## EXERCISE INSTRUCTIONS
Go through the entries below and print, exactly, the lines starting at the one with "Rectangle(SKETCH_1_W, SKETCH_1_H)" and ending at the one with "The same part", keeping both ends and no others.
··· EXCERPTED DATA ···
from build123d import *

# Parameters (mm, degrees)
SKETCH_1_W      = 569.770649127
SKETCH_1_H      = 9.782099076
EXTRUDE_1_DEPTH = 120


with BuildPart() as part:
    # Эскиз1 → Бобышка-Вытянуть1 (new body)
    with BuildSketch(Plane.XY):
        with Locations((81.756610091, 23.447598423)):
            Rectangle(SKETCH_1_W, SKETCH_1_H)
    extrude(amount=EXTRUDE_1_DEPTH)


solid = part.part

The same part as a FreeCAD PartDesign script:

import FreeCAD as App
import Part
import Sketcher
from FreeCAD import Vector
Q = App.Units.Quantity


def add_polygon(sketch, points):
    """Adds a closed chain of lines whose ends are joined by coincident constraints."""
    first, n = sketch.GeometryCount, len(points)
    for a, b in zip(points, points[1:] + points[:1]):
        sketch.addGeometry(Part.LineSegment(App.Vector(*a, 0), App.Vector(*b, 0)), False)
    for i in range(n):
        sketch.addConstraint(Sketcher.Constraint("Coincident", first + i, 2, first + (i + 1) % n, 1))

doc = App.newDocument("Part")
body = doc.addObject("PartDesign::Body", "Body")

# Sketch on XY plane
sketch1 = body.newObject("Sketcher::SketchObject", "Sketch")
sketch1.AttachmentSupport = (doc.getObject("XY_Plane"), [""])
sketch1.MapMode = "FlatFace"
add_polygon(sketch1, [(-203, 28), (-203, 19), (367, 19), (367, 28)])  # lines 0-3
sketch1.addConstraint(Sketcher.Constraint("Vertical", 0))
sketch1.addConstraint(Sketcher.Constraint("Horizontal", 1))
sketch1.addConstraint(Sketcher.Constraint("Vertical", 2))
sketch1.addConstraint(Sketcher.Constraint("Horizontal", 3))
sketch1.addConstraint(Sketcher.Constraint("DistanceY", 0, 2, 0, 1, Q("9.782099 mm")))
sketch1.addConstraint(Sketcher.Constraint("DistanceX", 1, 1, 1, 2, Q("569.770649 mm")))
sketch1.addConstraint(Sketcher.Constraint("DistanceY", -1, 1, 0, 2, Q("18.556549 mm")))
sketch1.addConstraint(Sketcher.Constraint("DistanceX", 0, 2, -1, 1, Q("203.128714 mm")))
pad1 = body.newObject("PartDesign::Pad", "Pad")
pad1.Profile = sketch1
pad1.Length = 120

doc.recompute()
···
## ANSWER SPACE
            Rectangle(SKETCH_1_W, SKETCH_1_H)
    extrude(amount=EXTRUDE_1_DEPTH)


solid = part.part

The same part as a FreeCAD PartDesign script:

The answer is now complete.